#### Information:
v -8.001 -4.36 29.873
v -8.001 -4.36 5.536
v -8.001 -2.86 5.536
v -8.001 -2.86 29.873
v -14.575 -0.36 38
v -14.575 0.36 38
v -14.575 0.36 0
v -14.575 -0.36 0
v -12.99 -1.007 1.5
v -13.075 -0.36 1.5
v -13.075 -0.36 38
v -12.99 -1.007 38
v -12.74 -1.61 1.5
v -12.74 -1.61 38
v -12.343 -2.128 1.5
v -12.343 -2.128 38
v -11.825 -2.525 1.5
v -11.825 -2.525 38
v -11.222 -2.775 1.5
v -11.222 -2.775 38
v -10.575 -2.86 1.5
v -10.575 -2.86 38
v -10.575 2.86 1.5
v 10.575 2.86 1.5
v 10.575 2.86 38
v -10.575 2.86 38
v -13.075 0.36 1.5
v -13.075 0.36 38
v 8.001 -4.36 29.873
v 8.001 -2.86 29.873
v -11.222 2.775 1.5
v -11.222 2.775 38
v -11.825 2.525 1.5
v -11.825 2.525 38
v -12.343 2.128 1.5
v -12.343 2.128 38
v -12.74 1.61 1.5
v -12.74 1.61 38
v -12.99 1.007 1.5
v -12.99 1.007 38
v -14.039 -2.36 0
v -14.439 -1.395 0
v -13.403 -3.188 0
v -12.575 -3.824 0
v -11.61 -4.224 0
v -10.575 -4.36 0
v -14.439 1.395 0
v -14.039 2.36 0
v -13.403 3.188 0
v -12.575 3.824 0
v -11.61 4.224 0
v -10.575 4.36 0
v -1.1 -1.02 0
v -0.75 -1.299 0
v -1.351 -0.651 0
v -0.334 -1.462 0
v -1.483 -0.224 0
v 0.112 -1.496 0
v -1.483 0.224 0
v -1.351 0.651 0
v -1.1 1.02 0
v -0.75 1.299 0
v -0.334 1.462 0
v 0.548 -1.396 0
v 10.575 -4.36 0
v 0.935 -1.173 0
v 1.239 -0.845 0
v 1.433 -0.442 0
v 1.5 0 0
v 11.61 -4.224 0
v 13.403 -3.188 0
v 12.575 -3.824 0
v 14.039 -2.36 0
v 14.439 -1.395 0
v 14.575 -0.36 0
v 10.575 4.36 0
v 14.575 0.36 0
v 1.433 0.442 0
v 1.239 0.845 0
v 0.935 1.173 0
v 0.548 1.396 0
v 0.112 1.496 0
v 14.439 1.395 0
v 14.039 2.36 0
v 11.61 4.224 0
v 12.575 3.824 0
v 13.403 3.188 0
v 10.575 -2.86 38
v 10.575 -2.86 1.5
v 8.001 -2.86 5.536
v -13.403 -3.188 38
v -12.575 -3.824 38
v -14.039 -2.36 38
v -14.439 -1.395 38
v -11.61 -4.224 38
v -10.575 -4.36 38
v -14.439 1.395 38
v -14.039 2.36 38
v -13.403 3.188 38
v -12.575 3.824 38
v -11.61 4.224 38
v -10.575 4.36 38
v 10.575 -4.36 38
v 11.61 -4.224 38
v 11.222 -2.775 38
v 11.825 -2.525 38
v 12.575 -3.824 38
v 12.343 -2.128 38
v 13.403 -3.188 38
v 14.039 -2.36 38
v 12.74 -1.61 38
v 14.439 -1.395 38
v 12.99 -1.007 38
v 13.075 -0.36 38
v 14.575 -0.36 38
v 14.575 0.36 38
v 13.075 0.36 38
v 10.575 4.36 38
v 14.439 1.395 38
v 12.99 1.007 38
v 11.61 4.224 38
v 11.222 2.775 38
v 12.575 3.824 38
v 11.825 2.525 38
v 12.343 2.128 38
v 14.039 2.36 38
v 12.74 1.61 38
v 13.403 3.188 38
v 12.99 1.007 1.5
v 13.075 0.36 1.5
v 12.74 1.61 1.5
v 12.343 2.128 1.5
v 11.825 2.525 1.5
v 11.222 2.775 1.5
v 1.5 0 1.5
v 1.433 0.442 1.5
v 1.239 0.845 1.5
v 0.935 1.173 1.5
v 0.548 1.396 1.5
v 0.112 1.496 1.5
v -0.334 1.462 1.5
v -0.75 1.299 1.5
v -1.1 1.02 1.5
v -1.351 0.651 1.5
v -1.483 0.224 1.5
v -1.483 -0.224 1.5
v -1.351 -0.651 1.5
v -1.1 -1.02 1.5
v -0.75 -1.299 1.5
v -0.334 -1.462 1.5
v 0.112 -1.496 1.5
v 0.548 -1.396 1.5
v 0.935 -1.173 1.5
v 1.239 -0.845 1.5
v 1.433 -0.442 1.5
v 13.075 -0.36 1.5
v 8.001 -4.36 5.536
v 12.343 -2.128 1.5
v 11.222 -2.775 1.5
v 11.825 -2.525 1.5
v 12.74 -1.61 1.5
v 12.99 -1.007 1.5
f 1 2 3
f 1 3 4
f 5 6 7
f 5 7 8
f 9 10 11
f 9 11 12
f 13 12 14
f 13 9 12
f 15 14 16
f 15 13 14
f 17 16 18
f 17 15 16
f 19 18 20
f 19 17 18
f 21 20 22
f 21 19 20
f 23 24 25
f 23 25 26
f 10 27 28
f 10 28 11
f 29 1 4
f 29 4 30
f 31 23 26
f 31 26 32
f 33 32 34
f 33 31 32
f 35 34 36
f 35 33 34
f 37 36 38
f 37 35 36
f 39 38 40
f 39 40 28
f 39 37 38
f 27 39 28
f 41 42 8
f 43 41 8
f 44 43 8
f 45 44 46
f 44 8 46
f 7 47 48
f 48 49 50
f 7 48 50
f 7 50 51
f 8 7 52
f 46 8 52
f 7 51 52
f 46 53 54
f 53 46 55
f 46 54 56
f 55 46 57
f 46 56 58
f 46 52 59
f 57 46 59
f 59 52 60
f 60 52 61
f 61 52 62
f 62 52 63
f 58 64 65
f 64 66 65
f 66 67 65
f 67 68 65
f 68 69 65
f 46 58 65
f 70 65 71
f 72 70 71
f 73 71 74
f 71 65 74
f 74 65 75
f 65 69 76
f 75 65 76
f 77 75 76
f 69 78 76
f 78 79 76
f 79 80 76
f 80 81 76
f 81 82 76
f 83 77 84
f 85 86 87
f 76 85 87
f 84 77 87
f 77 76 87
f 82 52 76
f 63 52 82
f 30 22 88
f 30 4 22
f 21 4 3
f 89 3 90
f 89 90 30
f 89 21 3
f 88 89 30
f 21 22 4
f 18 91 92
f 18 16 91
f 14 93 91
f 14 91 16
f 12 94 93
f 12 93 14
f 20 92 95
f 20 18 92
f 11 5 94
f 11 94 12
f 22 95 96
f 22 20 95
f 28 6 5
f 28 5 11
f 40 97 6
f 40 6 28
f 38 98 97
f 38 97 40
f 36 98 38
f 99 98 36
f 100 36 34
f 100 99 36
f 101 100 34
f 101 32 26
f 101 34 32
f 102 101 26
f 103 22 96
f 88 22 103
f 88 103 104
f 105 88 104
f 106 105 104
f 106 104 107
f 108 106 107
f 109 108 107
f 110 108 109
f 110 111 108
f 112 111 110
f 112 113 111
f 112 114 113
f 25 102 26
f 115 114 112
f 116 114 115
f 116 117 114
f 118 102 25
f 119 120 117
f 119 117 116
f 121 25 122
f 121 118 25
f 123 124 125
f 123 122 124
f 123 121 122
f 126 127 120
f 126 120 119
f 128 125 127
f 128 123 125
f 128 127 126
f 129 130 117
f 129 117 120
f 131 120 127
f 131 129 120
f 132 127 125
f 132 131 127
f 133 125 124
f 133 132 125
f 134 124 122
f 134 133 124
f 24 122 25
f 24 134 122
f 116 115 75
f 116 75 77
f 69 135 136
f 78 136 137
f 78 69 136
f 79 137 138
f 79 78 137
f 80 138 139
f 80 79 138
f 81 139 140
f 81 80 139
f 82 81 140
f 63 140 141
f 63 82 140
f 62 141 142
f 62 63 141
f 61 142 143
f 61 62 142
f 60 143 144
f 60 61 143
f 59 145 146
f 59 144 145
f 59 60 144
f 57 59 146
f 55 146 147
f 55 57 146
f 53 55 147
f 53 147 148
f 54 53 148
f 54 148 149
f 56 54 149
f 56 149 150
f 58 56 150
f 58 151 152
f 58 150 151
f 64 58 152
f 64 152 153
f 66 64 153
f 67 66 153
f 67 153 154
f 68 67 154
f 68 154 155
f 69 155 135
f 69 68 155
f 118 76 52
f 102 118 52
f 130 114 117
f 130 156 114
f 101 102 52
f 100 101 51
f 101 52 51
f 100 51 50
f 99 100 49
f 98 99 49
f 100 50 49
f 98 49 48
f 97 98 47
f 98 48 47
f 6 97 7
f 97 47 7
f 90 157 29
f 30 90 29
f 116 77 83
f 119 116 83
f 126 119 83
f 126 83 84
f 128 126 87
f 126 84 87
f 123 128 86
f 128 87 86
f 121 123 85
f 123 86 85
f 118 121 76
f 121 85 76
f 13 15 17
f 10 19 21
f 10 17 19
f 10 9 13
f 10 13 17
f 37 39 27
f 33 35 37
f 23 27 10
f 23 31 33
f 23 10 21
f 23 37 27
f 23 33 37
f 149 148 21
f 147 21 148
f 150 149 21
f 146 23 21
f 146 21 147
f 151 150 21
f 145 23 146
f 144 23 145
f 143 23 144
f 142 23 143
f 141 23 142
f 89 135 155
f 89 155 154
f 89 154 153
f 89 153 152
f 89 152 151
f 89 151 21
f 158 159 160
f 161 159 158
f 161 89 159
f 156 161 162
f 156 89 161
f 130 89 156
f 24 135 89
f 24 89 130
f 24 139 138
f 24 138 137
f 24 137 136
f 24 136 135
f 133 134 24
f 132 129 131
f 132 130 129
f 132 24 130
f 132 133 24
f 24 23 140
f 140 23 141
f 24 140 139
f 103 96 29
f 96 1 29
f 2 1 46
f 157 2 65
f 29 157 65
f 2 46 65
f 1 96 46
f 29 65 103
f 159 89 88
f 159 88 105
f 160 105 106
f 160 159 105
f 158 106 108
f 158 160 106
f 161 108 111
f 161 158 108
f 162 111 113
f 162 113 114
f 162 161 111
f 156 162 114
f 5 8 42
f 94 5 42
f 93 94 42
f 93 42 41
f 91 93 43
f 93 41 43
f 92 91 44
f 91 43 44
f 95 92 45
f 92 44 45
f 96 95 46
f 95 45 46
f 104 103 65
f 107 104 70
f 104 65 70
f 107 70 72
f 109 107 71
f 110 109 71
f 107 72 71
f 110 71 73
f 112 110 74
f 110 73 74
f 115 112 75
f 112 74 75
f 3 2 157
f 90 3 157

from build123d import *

# Parameters (mm, degrees)
F1_DEPTH = 38
F2_T     = -1.5
F3_R     = 1.5
F4_DEPTH = 25
F5_W     = 16.002862
F5_H     = 24.337668
F6_DEPTH = 3


with BuildPart() as f1:
    # F0 (on Top) → F1 (new body)
    with BuildSketch(Plane.XY):
        with BuildLine():
            ThreePointArc((14.575, 0.36), (13.403427, 3.188427), (10.575, 4.36))
            Line((10.575, 4.36), (-10.575, 4.36))
            ThreePointArc((-10.575, 4.36), (-13.403427, 3.188427), (-14.575, 0.36))
            Line((-14.575, 0.36), (-14.575, -0.36))
            ThreePointArc((-14.575, -0.36), (-13.403427, -3.188427), (-10.575, -4.36))
            Line((-10.575, -4.36), (10.575, -4.36))
            ThreePointArc((10.575, -4.36), (13.403427, -3.188427), (14.575, -0.36))
            Line((14.575, -0.36), (14.575, 0.36))
        make_face()
    extrude(amount=F1_DEPTH)

    # F2
    f2_openings = [f1.faces().sort_by_distance(p)[0] for p in [
        (0, 0, 38),
    ]]
    offset(amount=F2_T, openings=f2_openings)

    # F3 (on Top) → F4 (cut)
    with BuildSketch(Plane.XY):
        Circle(F3_R)
    extrude(amount=F4_DEPTH, mode=Mode.SUBTRACT)

    # F5 (on face) → F6 (cut)
    with BuildSketch(Plane.XZ.offset(4.36)):
        with Locations((0, 17.704612)):
            Rectangle(F5_W, F5_H)
    extrude(amount=-F6_DEPTH, mode=Mode.SUBTRACT)


solid = f1.part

#### What is required:
Retype only the stretch of lines above starting at the one with "f 116 115 75" and stopping at the one with "f 130 156 114", exactly as written, with both kept.

#### Solved problem:
f 116 115 75
f 116 75 77
f 69 135 136
f 78 136 137
f 78 69 136
f 79 137 138
f 79 78 137
f 80 138 139
f 80 79 138
f 81 139 140
f 81 80 139
f 82 81 140
f 63 140 141
f 63 82 140
f 62 141 142
f 62 63 141
f 61 142 143
f 61 62 142
f 60 143 144
f 60 61 143
f 59 145 146
f 59 144 145
f 59 60 144
f 57 59 146
f 55 146 147
f 55 57 146
f 53 55 147
f 53 147 148
f 54 53 148
f 54 148 149
f 56 54 149
f 56 149 150
f 58 56 150
f 58 151 152
f 58 150 151
f 64 58 152
f 64 152 153
f 66 64 153
f 67 66 153
f 67 153 154
f 68 67 154
f 68 154 155
f 69 155 135
f 69 68 155
f 118 76 52
f 102 118 52
f 130 114 117
f 130 156 114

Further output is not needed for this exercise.